# Breville Importer/Stockist?



## Jez W (Jul 2, 2012)

Does anyone know of a company that stocks/imports Breville Espresso machines in the UK? The reviews of the new Breville bes840xl seem to be very good and I like the way they respond to customer feedback with design changes like the Thermocoil. They are stocked in Australia so should already have 240v compatible machines available?

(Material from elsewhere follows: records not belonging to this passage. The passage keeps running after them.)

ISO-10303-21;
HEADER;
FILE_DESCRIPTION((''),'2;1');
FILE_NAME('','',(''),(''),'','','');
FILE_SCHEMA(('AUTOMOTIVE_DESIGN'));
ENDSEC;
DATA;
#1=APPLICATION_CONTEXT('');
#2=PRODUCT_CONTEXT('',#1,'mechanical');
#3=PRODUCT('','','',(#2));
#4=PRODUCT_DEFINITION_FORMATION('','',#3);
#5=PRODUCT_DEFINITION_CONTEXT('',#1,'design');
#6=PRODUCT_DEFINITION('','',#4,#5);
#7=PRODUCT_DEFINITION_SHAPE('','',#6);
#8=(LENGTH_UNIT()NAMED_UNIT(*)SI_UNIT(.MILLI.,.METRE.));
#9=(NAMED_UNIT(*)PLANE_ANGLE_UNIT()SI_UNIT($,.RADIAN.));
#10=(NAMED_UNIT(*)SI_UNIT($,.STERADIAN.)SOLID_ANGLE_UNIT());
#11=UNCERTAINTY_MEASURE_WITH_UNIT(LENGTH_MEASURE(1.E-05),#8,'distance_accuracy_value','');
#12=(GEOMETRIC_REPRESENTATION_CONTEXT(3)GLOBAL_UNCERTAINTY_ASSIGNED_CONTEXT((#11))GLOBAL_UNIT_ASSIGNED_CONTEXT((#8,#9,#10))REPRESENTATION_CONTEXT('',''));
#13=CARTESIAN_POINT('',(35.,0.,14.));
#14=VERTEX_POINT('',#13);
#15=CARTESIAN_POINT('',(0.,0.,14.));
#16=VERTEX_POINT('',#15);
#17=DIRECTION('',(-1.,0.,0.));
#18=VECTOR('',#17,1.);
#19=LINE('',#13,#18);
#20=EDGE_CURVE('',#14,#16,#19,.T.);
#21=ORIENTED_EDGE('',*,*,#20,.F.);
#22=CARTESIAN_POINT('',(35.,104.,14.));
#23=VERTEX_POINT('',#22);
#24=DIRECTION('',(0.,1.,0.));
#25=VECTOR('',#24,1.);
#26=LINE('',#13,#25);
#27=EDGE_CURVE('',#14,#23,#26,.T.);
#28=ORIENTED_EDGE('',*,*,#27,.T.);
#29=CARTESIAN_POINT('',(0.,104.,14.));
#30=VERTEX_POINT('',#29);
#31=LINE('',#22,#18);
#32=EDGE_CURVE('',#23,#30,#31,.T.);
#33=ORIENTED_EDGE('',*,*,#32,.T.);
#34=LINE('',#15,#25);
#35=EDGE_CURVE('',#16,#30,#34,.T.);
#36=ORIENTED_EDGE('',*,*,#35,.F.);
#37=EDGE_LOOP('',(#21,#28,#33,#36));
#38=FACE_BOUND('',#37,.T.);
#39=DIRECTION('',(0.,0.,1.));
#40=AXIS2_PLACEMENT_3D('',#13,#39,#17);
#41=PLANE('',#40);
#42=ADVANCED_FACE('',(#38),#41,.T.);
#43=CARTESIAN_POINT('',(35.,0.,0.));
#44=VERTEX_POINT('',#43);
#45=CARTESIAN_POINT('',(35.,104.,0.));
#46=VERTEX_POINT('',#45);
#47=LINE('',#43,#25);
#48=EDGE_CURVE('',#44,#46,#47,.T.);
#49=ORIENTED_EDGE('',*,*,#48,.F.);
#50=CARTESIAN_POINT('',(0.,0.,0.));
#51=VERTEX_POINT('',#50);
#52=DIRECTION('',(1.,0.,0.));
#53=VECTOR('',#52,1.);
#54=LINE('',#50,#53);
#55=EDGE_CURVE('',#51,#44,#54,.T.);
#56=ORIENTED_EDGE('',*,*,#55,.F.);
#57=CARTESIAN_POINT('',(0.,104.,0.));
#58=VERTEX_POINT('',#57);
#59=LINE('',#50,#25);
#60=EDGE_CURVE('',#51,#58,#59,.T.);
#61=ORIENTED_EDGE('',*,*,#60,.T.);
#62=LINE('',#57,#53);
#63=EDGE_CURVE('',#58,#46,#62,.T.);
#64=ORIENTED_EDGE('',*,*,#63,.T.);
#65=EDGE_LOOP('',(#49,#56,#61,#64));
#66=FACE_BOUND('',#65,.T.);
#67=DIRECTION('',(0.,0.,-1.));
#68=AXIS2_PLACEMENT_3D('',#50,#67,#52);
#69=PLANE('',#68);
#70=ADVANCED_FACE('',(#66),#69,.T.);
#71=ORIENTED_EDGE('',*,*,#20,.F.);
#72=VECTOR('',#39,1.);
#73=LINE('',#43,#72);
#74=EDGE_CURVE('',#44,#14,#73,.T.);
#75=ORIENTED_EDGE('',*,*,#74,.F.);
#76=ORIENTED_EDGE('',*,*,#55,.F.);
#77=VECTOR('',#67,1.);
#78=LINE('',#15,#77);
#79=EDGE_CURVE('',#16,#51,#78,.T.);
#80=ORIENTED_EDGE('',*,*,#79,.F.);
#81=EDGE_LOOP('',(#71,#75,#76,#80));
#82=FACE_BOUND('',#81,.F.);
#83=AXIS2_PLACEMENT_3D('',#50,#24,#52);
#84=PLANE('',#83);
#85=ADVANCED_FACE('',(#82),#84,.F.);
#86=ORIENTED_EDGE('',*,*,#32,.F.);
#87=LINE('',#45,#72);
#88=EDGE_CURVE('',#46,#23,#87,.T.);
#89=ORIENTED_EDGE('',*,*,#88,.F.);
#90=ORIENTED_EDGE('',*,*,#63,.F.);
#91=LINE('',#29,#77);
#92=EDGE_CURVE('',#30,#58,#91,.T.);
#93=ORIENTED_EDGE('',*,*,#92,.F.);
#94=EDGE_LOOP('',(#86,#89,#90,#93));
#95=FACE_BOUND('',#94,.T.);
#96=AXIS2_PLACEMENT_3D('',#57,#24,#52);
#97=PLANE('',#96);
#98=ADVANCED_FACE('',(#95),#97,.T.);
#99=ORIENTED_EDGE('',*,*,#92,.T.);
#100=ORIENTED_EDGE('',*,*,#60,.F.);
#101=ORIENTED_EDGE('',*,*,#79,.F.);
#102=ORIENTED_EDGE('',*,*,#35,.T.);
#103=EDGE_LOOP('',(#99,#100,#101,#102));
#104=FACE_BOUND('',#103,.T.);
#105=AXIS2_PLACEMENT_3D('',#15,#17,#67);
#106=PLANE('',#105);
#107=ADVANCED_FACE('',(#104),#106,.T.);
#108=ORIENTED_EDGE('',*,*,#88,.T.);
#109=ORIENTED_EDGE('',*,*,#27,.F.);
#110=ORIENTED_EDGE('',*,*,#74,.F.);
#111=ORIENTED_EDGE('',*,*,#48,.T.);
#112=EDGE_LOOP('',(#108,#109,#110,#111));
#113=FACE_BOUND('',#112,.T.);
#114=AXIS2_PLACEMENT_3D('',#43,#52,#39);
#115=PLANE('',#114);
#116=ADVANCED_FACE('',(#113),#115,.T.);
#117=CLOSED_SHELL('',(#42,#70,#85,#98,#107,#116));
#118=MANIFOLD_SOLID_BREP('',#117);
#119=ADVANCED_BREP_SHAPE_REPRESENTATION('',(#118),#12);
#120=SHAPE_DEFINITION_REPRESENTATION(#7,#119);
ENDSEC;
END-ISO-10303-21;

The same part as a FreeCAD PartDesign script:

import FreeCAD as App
import Part
import Sketcher
Q = App.Units.Quantity


def add_polygon(sketch, points):
    """Adds a closed chain of lines whose ends are joined by coincident constraints."""
    first, n = sketch.GeometryCount, len(points)
    for a, b in zip(points, points[1:] + points[:1]):
        sketch.addGeometry(Part.LineSegment(App.Vector(*a, 0), App.Vector(*b, 0)), False)
    for i in range(n):
        sketch.addConstraint(Sketcher.Constraint("Coincident", first + i, 2, first + (i + 1) % n, 1))

doc = App.newDocument("Part")
body = doc.addObject("PartDesign::Body", "Body")

# Sketch on XZ plane
sketch1 = body.newObject("Sketcher::SketchObject", "Sketch")
sketch1.AttachmentSupport = (doc.getObject("XZ_Plane"), [""])
sketch1.MapMode = "FlatFace"
add_polygon(sketch1, [(35, 0), (0, 0), (0, 14), (35, 14)])  # lines 0-3
sketch1.addConstraint([
    Sketcher.Constraint("Horizontal", 0),
    Sketcher.Constraint("Vertical", 1),
    Sketcher.Constraint("Horizontal", 2),
    Sketcher.Constraint("Vertical", 3),
    Sketcher.Constraint("Coincident", 0, 2, -1, 1),
    Sketcher.Constraint("DistanceX", 0, 2, 0, 1, Q("35 mm")),
    Sketcher.Constraint("DistanceY", 1, 1, 1, 2, Q("14 mm")),
])
pad1 = body.newObject("PartDesign::Pad", "Pad")
pad1.Profile = sketch1
pad1.Length = 104
pad1.Reversed = True

doc.recompute()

I am shopping around for my first proper Espresso machine and bes840xl would be a good contender if I could source it here,

Thanks


----------



## RobD (May 2, 2012)

Hi Jez

when i first thought about upgrading my old machine I ended up looking at the Breville Duel Boiler and while it was available in US and Aus not in the UK,

I first contacted Breville UK and was told that they are not the same company as the world wide Breville just using the "Brand" then I got in contact with Breville in Australia and I got a very strait forward reply, that as it's a different company using the same name in the UK only, it would have to be rebranded under a different name owing to brand rights and also it currently doesn't have a CE mark so who ever wanted to import them would have to organise both the rebranding and the CE certification neither is worth while on a low volume machine.

I even offered to act as the importer through my engineering company but after looking at the amount of money involved and the back up required I didn't fancy it, I have also read that the long term reliability is not quite up to some European machines.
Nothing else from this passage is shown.